Differences in the vulnerability of cells and tissues in the human body, as well as differences in the susceptibility of individuals to viral disease, may be partially explained by the expression levels of host factors that are interacting with the virus [
49]. Thus, in future our work predicting host factors that are relevant to diverse viruses may also contribute to a better understanding of within-individual and between-individual diversity in infection response.

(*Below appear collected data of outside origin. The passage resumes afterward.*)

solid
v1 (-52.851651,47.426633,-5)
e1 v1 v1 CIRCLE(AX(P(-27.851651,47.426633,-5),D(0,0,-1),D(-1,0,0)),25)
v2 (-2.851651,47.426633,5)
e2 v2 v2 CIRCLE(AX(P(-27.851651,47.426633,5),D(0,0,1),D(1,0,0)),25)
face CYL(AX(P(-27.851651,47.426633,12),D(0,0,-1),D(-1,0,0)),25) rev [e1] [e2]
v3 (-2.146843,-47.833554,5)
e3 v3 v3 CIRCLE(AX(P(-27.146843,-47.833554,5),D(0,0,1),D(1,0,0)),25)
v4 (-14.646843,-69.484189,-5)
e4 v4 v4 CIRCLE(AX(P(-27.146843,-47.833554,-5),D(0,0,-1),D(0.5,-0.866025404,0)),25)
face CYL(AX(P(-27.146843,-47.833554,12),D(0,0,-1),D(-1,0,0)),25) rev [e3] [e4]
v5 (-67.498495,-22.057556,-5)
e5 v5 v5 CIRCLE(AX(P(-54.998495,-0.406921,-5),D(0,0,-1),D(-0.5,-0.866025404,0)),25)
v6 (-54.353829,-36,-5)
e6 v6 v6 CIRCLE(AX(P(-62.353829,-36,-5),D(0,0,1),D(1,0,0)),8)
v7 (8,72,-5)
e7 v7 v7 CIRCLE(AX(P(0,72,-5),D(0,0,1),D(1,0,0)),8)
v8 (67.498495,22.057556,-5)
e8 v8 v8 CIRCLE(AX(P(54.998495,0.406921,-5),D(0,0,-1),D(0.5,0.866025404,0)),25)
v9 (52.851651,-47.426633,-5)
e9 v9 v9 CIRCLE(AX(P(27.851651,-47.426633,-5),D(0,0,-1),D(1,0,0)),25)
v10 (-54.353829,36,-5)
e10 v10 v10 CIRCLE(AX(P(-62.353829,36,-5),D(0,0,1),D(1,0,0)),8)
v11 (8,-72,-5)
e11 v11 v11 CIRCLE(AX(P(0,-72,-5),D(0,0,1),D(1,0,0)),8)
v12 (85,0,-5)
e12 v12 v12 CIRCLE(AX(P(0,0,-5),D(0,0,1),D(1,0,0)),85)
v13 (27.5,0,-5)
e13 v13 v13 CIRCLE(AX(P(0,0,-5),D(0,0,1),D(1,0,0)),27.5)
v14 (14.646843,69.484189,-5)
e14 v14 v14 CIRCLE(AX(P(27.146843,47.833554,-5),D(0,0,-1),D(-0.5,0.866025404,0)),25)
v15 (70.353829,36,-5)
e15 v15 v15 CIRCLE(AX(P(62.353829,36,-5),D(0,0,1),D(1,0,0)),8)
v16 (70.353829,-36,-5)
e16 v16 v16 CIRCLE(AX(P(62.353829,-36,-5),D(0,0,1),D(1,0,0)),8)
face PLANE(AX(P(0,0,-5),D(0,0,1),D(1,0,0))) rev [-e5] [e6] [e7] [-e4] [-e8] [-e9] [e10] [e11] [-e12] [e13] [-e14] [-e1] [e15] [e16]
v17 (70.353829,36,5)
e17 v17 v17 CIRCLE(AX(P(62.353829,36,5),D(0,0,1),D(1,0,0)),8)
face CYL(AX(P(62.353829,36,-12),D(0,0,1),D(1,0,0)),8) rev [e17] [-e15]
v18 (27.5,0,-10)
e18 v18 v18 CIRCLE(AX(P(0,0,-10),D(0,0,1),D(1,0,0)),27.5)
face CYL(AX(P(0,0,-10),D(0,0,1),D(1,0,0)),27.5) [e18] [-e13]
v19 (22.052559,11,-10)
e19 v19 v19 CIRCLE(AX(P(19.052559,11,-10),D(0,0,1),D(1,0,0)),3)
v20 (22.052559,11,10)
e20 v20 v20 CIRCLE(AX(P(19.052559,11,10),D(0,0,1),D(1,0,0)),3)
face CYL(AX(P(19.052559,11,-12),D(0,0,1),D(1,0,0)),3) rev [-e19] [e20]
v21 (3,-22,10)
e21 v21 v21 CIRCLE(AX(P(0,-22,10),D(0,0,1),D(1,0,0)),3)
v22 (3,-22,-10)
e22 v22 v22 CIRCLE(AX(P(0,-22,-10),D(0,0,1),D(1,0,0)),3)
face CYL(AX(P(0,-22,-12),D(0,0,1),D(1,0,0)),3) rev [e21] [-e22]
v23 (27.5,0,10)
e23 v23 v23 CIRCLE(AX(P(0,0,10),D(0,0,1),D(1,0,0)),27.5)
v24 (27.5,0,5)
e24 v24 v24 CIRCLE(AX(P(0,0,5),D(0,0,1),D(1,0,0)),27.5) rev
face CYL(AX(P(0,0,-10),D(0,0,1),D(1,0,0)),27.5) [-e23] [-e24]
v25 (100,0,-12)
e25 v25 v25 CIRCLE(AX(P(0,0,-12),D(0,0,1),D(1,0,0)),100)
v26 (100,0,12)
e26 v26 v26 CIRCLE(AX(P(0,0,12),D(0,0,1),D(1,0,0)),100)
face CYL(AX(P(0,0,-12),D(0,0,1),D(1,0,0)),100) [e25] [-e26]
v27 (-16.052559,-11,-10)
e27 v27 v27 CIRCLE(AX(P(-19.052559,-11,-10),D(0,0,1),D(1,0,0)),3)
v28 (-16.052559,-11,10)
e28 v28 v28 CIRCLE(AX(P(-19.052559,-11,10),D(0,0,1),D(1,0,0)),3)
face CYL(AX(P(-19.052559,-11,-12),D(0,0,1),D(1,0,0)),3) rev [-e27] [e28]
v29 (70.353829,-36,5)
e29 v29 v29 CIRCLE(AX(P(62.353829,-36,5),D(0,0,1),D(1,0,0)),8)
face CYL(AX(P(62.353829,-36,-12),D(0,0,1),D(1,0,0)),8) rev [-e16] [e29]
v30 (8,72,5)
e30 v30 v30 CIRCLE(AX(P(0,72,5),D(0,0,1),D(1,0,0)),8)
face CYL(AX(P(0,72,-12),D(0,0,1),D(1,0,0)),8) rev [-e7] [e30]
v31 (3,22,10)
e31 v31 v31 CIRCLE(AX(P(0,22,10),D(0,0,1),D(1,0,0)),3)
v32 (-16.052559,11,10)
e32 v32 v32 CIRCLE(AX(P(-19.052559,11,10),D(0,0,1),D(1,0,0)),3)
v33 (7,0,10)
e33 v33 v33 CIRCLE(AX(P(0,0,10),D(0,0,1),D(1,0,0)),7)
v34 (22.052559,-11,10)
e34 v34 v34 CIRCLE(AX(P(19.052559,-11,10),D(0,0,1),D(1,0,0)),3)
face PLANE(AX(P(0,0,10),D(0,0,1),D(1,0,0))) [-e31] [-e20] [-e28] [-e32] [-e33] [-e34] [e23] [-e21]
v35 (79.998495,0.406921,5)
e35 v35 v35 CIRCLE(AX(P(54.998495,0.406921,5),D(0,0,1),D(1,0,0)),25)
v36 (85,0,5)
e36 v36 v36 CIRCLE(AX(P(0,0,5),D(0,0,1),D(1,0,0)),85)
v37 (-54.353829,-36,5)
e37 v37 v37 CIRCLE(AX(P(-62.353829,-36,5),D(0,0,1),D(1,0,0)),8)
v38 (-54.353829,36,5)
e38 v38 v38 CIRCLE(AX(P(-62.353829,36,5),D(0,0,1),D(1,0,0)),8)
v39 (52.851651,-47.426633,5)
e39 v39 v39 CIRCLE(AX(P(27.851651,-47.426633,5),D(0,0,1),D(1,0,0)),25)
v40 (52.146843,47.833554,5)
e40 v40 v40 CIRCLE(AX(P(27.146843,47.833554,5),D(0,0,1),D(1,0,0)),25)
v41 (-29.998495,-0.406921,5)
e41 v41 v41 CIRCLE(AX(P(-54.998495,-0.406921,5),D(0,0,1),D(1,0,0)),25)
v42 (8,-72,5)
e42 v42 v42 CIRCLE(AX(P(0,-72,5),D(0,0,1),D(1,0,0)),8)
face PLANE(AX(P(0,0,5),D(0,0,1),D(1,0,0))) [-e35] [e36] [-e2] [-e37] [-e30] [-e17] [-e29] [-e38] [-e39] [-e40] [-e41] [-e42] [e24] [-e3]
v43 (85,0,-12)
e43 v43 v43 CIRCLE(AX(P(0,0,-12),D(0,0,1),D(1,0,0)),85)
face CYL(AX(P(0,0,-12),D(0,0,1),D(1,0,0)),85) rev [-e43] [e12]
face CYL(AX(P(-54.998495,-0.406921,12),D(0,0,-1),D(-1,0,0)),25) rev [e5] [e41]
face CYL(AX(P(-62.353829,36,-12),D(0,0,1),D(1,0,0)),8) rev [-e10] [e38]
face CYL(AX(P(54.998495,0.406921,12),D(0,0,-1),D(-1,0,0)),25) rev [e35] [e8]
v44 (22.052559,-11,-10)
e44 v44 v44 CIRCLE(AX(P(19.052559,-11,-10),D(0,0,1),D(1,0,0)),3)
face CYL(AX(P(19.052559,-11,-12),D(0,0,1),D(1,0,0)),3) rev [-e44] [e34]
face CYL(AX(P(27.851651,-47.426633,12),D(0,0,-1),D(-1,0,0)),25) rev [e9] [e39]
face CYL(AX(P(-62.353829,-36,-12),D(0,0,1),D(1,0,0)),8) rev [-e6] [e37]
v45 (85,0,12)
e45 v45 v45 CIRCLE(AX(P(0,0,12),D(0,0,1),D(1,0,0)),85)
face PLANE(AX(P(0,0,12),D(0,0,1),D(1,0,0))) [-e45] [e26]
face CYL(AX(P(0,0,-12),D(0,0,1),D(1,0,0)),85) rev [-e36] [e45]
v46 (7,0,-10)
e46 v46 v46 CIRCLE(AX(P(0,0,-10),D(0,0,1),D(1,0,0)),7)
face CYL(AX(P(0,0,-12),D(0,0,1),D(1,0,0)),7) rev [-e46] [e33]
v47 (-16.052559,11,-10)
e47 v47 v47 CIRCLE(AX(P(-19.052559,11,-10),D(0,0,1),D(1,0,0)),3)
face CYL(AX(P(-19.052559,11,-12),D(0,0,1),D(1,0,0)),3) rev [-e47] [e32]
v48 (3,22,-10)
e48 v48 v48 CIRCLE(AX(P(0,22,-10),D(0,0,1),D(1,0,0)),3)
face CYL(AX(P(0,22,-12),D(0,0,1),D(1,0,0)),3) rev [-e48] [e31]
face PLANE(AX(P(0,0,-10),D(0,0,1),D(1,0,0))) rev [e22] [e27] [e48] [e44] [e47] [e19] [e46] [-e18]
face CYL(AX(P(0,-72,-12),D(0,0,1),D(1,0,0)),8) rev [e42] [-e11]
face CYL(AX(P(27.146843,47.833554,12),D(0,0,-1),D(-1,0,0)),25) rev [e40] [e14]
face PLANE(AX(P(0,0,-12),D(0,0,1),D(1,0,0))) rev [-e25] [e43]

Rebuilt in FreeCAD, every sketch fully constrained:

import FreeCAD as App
import Part
import Sketcher

V = App.Vector

doc = App.newDocument("Part")
body = doc.addObject("PartDesign::Body", "Body")

# Sketch on XY plane
sketch1 = body.newObject("Sketcher::SketchObject", "Sketch")
sketch1.AttachmentSupport = (doc.getObject("XY_Plane"), [""])
sketch1.MapMode = "FlatFace"
sketch1.addGeometry(Part.Circle(V(0, 0, 0), V(0, 0, 1), 28), False)
sketch1.addConstraint([
    Sketcher.Constraint("Coincident", 0, 3, -1, 1),
    Sketcher.Constraint("Diameter", 0, 55.0),
])
pad1 = body.newObject("PartDesign::Pad", "Pad")
pad1.Profile = sketch1
pad1.Type = "TwoLengths"
pad1.Length = 10
pad1.Length2 = 10
body2 = doc.addObject("PartDesign::Body", "Body001")

# Sketch on XY plane
sketch2 = body2.newObject("Sketcher::SketchObject", "Sketch001")
sketch2.AttachmentSupport = (doc.getObject("XY_Plane001"), [""])
sketch2.MapMode = "FlatFace"
sketch2.addGeometry([
    Part.Circle(V(0, 0, 0), V(0, 0, 1), 100),
    Part.Circle(V(0, 0, 0), V(0, 0, 1), 85),
], False)
sketch2.addConstraint([
    Sketcher.Constraint("Coincident", 0, 3, -1, 1),
    Sketcher.Constraint("Coincident", 1, 3, -1, 1),
    Sketcher.Constraint("Diameter", 0, 200.0),
    Sketcher.Constraint("Diameter", 1, 170.0),
])
pad2 = body2.newObject("PartDesign::Pad", "Pad001")
pad2.Profile = sketch2
pad2.Type = "TwoLengths"
pad2.Length = 12
pad2.Length2 = 12
body.AllowCompound = True
doc.recompute()

boolean = body.newObject("PartDesign::Boolean", "Boolean")
boolean.Type = "Fuse"
boolean.addObjects([body2])

# Sketch on XY plane
sketch3 = body.newObject("Sketcher::SketchObject", "Sketch002")
sketch3.AttachmentSupport = (doc.getObject("XY_Plane"), [""])
sketch3.MapMode = "FlatFace"
sketch3.addGeometry([
    Part.Circle(V(0, 0, 0), V(0, 0, 1), 85),
    Part.Circle(V(0, 0, 0), V(0, 0, 1), 28),
], False)
sketch3.addConstraint([
    Sketcher.Constraint("Coincident", 0, 3, -1, 1),
    Sketcher.Constraint("Coincident", 1, 3, -1, 1),
    Sketcher.Constraint("Diameter", 0, 170.0),
    Sketcher.Constraint("Diameter", 1, 55.0),
])
pad3 = body.newObject("PartDesign::Pad", "Pad002")
pad3.Profile = sketch3
pad3.Type = "TwoLengths"
pad3.Length = 5
pad3.Length2 = 5

# Sketch on XY plane
sketch4 = body.newObject("Sketcher::SketchObject", "Sketch003")
sketch4.AttachmentSupport = (doc.getObject("XY_Plane"), [""])
sketch4.MapMode = "FlatFace"
sketch4.AttachmentOffset = App.Placement(V(0, 0, 10), App.Rotation())
sketch4.addGeometry(Part.Circle(V(0, 0, 0), V(0, 0, 1), 7), False)
sketch4.addConstraint([
    Sketcher.Constraint("Coincident", 0, 3, -1, 1),
    Sketcher.Constraint("Diameter", 0, 14.0),
])
pocket1 = body.newObject("PartDesign::Pocket", "Pocket")
pocket1.Profile = sketch4
pocket1.Type = "ThroughAll"

# Sketch on XY plane
sketch5 = body.newObject("Sketcher::SketchObject", "Sketch004")
sketch5.AttachmentSupport = (doc.getObject("XY_Plane"), [""])
sketch5.MapMode = "FlatFace"
sketch5.AttachmentOffset = App.Placement(V(0, 0, 10), App.Rotation())
sketch5.addGeometry([
    Part.Circle(V(0, 22, 0), V(0, 0, 1), 3),  # 0
    Part.Circle(V(0, 72, 0), V(0, 0, 1), 8),  # 1
    Part.Circle(V(62.4, 36, 0), V(0, 0, 1), 8),  # 2
    Part.Circle(V(19.1, 11, 0), V(0, 0, 1), 3),  # 3
    Part.Circle(V(62.4, -36, 0), V(0, 0, 1), 8),  # 4
    Part.Circle(V(19.1, -11, 0), V(0, 0, 1), 3),  # 5
    Part.Circle(V(0, -72, 0), V(0, 0, 1), 8),  # 6
    Part.Circle(V(0, -22, 0), V(0, 0, 1), 3),  # 7
    Part.Circle(V(-62.4, -36, 0), V(0, 0, 1), 8),  # 8
    Part.Circle(V(-19.1, -11, 0), V(0, 0, 1), 3),  # 9
    Part.Circle(V(-62.4, 36, 0), V(0, 0, 1), 8),  # 10
    Part.Circle(V(-19.1, 11, 0), V(0, 0, 1), 3),  # 11
], False)
sketch5.addConstraint([
    Sketcher.Constraint("Equal", 1, 2),
    Sketcher.Constraint("Equal", 0, 3),
    Sketcher.Constraint("Equal", 2, 4),
    Sketcher.Constraint("Equal", 3, 5),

PWM sets of increased quantity and quality will further improve the predictions in the future. An additional approach that may help to further refine our computational predictions would be to consider the viral RNA structure and integrate information on the structural binding requirements of specific RBPs. Finally, deep learning methods have shown promise for identifying nucleic acid-protein binding sites, potentially with higher accuracy than PWM scanning [
50,
51,
52], and tools have recently been developed to learn motif representations from these models [
53]. However, trained models are not available for many human RBPs, and the methods are generally difficult to use for non-experts. A possible extension of SMEAGOL in the future could be to incorporate deep learning and RNA structure-based binding models to offer improved predictions wherever possible.